Eliminating Deadlocks in Batch Processing

Over the past few weeks, we significantly scaled our overnight batch imports. These imports were designed to pull daily records from multiple source systems and aggregate them into fewer consolidated records — a common requirement for analytics, reporting, and downstream processing.

At the beginning of the year, the initial solution was built using Spring Batch with JPA-based readers and writers. This helped us move quickly, as most required components were readily available. We rapidly deployed the solution and gradually increased the load every month. Initially, the volumes were small (10–20K records/day), and the batch job processed them without issue. As we started scaling, processing time naturally increased, but it was still acceptable because the job ran overnight.

However, as the data volume crossed 200K records/day, the processing time exceeded 10 hours, meaning the data was not ready when business users started their day. The long-term target was to process around 5 million records, and while the original design worked well for early assessments, it was no longer suitable for production-scale workloads.

Debugging Performance Bottlenecks

Our first instinct was the classic one: increase concurrency. More threads, bigger pool, more compute. But as we increased the thread pool, the job actually became slower. A deeper analysis of logs and job metrics revealed frequent deadlocks during record aggregation. These deadlocks caused write failures and triggered retries because the exception was part of the retry policy.

org.springframework.dao.CannotAcquireLockException: could not execute statement [ERROR: deadlock detected
Detail: Process 32210 waits for ShareLock on transaction 50823300; blocked by process 32213.
Process 32213 waits for ShareLock on transaction 50823301; blocked by process 32210.
Hint: See server log for query details.]

I’ve seen similar patterns in other domains, especially logistics systems handling high-frequency state transitions. The safe approach there was to offload the write logic into Oracle stored procedures. In the current scenario, we wanted to avoid stored procedures and look for alternatives that preserved throughput without introducing tight DB coupling.

Alternative Design

Our goals were clear to maintain high throughput and ensure data integrity. The application layer can enforce consistency using locks, but this would drastically reduce throughput. The database layer is the ideal place to enforce integrity via constraints — however, naïvely using optimistic locking and unique constraints led to excessive row and index locking, causing retries and deadlocks.

We initially explored using the ON CONFLICT clause to ensure updates were applied correctly. However, under high concurrency, this triggered index-level lock contention on unique constraints. To address this, we moved to a more scalable two-phase design.

Use a staging table for raw imports. The staging table contains no constraints, allowing maximum ingestion throughput.

INSERT INTO staging_data (name, type, address, status, is_enabled, source)
VALUES (:name, :type, :address, :status, :isEnabled, :source)

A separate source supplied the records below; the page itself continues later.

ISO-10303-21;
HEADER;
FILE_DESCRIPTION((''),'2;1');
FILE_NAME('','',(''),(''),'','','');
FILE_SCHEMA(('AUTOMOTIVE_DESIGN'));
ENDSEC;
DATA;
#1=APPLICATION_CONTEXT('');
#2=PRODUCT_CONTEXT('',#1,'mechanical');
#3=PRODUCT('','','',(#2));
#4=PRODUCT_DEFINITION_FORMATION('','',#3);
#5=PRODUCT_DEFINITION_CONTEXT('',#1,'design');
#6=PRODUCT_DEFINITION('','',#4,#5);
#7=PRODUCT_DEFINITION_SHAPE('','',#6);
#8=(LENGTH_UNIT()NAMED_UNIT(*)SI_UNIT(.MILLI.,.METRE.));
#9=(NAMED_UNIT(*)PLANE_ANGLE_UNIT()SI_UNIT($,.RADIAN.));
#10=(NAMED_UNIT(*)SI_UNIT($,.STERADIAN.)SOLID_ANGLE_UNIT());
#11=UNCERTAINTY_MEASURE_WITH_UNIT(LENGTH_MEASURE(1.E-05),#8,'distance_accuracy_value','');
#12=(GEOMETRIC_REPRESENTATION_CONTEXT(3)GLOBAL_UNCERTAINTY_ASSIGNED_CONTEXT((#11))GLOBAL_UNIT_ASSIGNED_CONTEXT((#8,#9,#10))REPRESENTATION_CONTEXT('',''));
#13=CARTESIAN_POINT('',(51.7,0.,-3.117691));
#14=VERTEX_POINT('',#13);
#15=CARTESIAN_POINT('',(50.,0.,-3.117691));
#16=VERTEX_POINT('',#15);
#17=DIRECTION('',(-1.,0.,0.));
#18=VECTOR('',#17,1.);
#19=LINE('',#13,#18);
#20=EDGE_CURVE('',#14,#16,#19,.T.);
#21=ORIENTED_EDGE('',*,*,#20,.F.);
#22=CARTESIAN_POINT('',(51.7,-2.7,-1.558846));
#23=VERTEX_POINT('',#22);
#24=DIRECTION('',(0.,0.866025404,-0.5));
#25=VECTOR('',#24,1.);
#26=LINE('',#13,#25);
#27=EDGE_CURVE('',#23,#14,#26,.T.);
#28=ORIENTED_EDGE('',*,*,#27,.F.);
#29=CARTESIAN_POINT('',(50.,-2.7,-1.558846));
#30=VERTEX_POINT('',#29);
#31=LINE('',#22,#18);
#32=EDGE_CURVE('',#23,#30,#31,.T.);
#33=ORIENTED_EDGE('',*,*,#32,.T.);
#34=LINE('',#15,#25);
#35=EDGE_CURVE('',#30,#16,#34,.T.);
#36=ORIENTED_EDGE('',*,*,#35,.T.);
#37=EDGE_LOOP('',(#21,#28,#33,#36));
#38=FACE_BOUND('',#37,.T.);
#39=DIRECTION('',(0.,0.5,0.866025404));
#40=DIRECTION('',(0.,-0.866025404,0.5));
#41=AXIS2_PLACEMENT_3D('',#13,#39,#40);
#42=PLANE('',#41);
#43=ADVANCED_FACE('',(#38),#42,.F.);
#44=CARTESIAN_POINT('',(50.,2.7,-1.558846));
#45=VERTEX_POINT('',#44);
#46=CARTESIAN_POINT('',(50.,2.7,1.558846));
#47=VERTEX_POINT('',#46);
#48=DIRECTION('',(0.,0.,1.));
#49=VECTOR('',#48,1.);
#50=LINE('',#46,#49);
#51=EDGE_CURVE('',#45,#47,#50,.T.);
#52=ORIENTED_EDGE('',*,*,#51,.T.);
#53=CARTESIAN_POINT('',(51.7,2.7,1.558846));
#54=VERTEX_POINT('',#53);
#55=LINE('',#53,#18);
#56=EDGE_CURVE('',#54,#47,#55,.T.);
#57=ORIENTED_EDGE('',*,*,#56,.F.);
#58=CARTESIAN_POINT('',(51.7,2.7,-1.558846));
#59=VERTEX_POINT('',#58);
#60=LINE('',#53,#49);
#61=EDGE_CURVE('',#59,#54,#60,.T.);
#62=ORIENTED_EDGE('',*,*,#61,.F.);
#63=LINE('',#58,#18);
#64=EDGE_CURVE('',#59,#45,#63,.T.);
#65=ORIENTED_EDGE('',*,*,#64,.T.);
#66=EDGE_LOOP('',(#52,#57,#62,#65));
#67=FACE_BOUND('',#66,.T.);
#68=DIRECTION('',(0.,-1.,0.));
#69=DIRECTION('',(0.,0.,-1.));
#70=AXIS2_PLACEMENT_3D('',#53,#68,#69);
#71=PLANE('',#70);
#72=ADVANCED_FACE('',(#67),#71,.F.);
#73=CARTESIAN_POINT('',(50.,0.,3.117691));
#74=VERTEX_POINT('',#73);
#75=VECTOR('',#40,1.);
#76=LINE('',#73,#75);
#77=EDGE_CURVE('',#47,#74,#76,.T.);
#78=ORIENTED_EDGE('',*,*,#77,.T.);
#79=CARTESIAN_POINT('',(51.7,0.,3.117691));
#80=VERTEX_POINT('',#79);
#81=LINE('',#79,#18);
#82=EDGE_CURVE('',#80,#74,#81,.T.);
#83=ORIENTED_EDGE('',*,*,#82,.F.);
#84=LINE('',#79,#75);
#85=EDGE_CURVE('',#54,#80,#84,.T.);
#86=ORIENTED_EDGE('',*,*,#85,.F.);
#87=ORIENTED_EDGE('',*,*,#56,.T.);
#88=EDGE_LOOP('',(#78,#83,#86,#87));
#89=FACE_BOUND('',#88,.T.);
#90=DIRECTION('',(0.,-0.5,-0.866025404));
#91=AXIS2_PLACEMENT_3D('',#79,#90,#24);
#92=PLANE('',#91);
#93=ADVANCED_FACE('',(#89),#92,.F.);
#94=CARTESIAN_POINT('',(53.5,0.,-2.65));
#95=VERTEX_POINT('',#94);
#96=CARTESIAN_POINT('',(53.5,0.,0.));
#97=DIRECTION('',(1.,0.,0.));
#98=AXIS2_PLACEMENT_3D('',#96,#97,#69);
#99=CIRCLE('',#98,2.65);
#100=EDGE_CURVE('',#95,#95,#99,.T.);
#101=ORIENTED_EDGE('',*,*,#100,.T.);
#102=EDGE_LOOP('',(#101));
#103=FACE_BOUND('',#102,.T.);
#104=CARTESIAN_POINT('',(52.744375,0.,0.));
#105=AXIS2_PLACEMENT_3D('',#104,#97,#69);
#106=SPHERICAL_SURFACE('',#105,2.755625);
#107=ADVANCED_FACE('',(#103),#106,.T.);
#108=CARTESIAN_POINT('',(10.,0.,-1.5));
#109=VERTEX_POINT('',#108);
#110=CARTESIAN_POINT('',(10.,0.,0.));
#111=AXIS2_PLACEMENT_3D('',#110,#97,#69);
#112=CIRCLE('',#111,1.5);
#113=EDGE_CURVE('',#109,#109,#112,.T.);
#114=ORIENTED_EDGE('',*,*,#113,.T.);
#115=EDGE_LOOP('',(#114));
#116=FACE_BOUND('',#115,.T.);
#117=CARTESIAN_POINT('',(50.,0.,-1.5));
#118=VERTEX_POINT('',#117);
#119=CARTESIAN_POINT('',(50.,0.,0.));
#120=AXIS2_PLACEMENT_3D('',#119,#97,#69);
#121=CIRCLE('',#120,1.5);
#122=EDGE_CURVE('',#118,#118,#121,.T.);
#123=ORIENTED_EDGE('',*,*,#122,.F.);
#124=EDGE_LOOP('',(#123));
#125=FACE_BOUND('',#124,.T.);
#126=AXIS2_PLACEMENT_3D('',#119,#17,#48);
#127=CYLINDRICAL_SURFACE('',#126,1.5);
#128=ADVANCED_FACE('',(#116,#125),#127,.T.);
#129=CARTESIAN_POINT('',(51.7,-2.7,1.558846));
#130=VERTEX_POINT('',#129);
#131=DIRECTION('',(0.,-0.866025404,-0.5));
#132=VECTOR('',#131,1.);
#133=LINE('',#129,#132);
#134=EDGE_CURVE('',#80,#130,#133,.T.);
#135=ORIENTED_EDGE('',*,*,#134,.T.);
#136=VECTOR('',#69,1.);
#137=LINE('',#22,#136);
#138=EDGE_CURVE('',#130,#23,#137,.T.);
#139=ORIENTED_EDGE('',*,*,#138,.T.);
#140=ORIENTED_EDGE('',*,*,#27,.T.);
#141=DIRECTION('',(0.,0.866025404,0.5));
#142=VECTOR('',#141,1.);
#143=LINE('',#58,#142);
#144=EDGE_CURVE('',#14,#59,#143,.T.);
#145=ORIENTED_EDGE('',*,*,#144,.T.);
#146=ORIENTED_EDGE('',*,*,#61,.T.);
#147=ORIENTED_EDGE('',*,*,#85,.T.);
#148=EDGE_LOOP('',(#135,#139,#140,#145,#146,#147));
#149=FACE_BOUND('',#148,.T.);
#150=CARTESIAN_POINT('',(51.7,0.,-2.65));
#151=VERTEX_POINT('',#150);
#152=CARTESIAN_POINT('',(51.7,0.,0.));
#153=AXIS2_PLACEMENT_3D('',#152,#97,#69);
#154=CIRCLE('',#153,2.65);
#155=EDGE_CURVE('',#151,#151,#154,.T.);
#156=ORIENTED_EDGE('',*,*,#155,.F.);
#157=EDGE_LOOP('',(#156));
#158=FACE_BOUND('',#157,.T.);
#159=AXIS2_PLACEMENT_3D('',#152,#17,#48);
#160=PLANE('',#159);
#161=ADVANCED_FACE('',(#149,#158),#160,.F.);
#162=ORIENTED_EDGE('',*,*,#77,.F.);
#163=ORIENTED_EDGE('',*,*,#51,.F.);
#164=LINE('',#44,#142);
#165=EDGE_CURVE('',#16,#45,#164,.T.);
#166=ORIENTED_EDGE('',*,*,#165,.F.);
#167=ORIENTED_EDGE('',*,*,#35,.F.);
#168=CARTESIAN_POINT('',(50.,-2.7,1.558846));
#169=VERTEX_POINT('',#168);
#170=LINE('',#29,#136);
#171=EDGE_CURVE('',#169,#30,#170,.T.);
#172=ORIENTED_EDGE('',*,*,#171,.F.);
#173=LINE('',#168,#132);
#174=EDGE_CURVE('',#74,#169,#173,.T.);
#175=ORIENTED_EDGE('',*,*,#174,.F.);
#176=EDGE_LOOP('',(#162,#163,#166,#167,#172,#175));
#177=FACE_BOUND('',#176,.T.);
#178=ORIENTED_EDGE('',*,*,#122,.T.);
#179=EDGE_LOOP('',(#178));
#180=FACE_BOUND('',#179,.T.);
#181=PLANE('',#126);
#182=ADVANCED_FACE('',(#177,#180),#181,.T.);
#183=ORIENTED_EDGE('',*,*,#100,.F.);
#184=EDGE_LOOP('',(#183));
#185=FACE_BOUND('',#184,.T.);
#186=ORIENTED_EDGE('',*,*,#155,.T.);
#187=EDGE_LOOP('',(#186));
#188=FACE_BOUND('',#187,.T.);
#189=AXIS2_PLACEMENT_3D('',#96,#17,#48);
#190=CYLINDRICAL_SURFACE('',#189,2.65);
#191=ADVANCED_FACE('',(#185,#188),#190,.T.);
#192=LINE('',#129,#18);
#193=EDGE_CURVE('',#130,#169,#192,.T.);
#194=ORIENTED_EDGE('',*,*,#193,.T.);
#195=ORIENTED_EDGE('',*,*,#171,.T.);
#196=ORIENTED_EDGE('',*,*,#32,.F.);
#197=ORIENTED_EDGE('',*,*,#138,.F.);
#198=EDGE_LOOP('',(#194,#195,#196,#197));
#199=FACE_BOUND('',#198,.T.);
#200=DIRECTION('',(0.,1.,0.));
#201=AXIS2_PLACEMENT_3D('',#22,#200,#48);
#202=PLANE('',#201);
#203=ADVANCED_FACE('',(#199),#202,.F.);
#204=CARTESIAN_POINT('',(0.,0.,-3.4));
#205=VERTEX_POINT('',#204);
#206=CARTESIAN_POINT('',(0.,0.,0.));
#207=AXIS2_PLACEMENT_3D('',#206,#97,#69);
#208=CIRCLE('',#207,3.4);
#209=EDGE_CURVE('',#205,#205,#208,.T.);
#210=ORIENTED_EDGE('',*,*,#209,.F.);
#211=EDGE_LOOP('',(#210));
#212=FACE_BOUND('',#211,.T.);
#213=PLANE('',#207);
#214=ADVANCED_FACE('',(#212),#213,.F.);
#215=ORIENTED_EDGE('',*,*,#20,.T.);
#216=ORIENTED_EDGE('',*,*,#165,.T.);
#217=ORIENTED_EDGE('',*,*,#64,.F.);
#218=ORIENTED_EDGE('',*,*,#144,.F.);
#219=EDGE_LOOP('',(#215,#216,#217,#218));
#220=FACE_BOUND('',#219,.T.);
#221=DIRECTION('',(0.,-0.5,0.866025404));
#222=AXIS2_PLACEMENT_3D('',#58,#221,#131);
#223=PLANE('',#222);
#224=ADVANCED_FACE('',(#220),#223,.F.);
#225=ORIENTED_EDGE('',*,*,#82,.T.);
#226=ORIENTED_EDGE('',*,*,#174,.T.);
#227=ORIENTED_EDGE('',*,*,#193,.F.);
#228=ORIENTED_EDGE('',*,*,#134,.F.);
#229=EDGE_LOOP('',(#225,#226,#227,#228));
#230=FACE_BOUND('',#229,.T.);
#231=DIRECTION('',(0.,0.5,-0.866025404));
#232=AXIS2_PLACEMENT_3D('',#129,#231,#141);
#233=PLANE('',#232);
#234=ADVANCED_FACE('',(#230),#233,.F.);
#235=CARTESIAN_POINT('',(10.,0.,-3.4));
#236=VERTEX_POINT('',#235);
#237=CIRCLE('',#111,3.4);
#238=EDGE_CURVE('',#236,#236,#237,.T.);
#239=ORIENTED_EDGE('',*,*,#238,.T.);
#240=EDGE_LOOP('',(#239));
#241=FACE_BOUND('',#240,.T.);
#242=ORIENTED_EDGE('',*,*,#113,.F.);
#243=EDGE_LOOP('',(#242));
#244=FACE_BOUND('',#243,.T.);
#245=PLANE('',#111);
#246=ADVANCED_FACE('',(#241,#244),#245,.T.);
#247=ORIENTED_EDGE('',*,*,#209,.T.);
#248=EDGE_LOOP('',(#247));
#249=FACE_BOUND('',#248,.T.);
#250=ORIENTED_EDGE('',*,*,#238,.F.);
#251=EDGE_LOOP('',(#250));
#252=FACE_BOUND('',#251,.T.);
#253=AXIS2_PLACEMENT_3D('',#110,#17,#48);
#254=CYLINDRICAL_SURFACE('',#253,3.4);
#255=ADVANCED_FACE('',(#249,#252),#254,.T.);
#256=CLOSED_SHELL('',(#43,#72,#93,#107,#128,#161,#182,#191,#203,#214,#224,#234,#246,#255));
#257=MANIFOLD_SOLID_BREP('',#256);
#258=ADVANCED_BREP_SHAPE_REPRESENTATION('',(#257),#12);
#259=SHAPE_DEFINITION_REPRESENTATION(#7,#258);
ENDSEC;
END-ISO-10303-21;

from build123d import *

# Parameters (mm, degrees)
SKETCH8_R           = 3.4
BOSS_EXTRUDE1_DEPTH = 10
SKETCH9_R           = 1.5
BOSS_EXTRUDE2_DEPTH = 40
BOSS_EXTRUDE3_DEPTH = 1.7
SKETCH11_R          = 2.65
BOSS_EXTRUDE4_DEPTH = 1.8
DOME1_FACE_RADIUS   = 2.65
DOME1_HEIGHT        = 2


with BuildPart() as part:
    # Sketch8 → Boss-Extrude1 (new body)
    with BuildSketch(Plane(origin=(0, 0, 0), x_dir=(0, 0, -1), z_dir=(1, 0, 0))):
        Circle(SKETCH8_R)
    extrude(amount=BOSS_EXTRUDE1_DEPTH)

    # Sketch9 → Boss-Extrude2 (add)
    with BuildSketch(Plane(origin=(10, 0, 0), x_dir=(0, 0, -1), z_dir=(1, 0, 0))):
        Circle(SKETCH9_R)
    extrude(amount=BOSS_EXTRUDE2_DEPTH)

    # Sketch10 → Boss-Extrude3 (add)
    with BuildSketch(Plane(origin=(50, 0, 0), x_dir=(0, 0, -1), z_dir=(1, 0, 0))):
        Polygon((-1.558845727, 2.7), (1.558845727, 2.7), (3.117691454, 0), (1.558845727, -2.7), (-1.558845727, -2.7), (-3.117691454, 0), align=None)
    extrude(amount=BOSS_EXTRUDE3_DEPTH)

    # Sketch11 → Boss-Extrude4 (add)
    with BuildSketch(Plane(origin=(51.7, 0, 0), x_dir=(0, 0, -1), z_dir=(1, 0, 0))):
        Circle(SKETCH11_R)
    extrude(amount=BOSS_EXTRUDE4_DEPTH)

    # Dome1: a dome of height H over a round flat face of radius A is a cap of a sphere of radius (A * A + H * H) / (2 * H)
    dome1_r = (DOME1_FACE_RADIUS * DOME1_FACE_RADIUS + DOME1_HEIGHT * DOME1_HEIGHT) / (2 * DOME1_HEIGHT)
    dome1_base = Plane((53.5, 0, 0), z_dir=(1, 0, 0))
    with Locations(dome1_base.offset(DOME1_HEIGHT - dome1_r)):
        dome1_ball = Sphere(dome1_r, mode=Mode.PRIVATE)
    add(split(dome1_ball, bisect_by=dome1_base, keep=Keep.TOP, mode=Mode.PRIVATE))


solid = part.part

Keep constraints in the final target table. The target table holds the required unique constraints (e.g., UNIQUE(name, type)), ensuring data integrity. Conflict resolution should be handled using ON CONFLICT.
Move data from staging to target in a single SQL statement. This ensures that index updates and conflict resolution occur in one transaction, minimizing locking and eliminating concurrent index modifications.

INSERT INTO target_analysis (name, type, address, status, is_enabled)
SELECT name, type, address, status, is_enabled
FROM staging_data WHERE source = :source
ON CONFLICT (name, type)
DO UPDATE SET 
    status = EXCLUDED.status,
    updated_at = NOW(),
    ref_count = target_analysis.ref_count + 1;

This pattern eliminates interleaved writes from multiple threads and consolidates all index updates into a single operation.

With the new design, we significantly improved the throughput of our batch process. Using 30 threads, we were able to import 1 million records in under an hour, with zero deadlocks.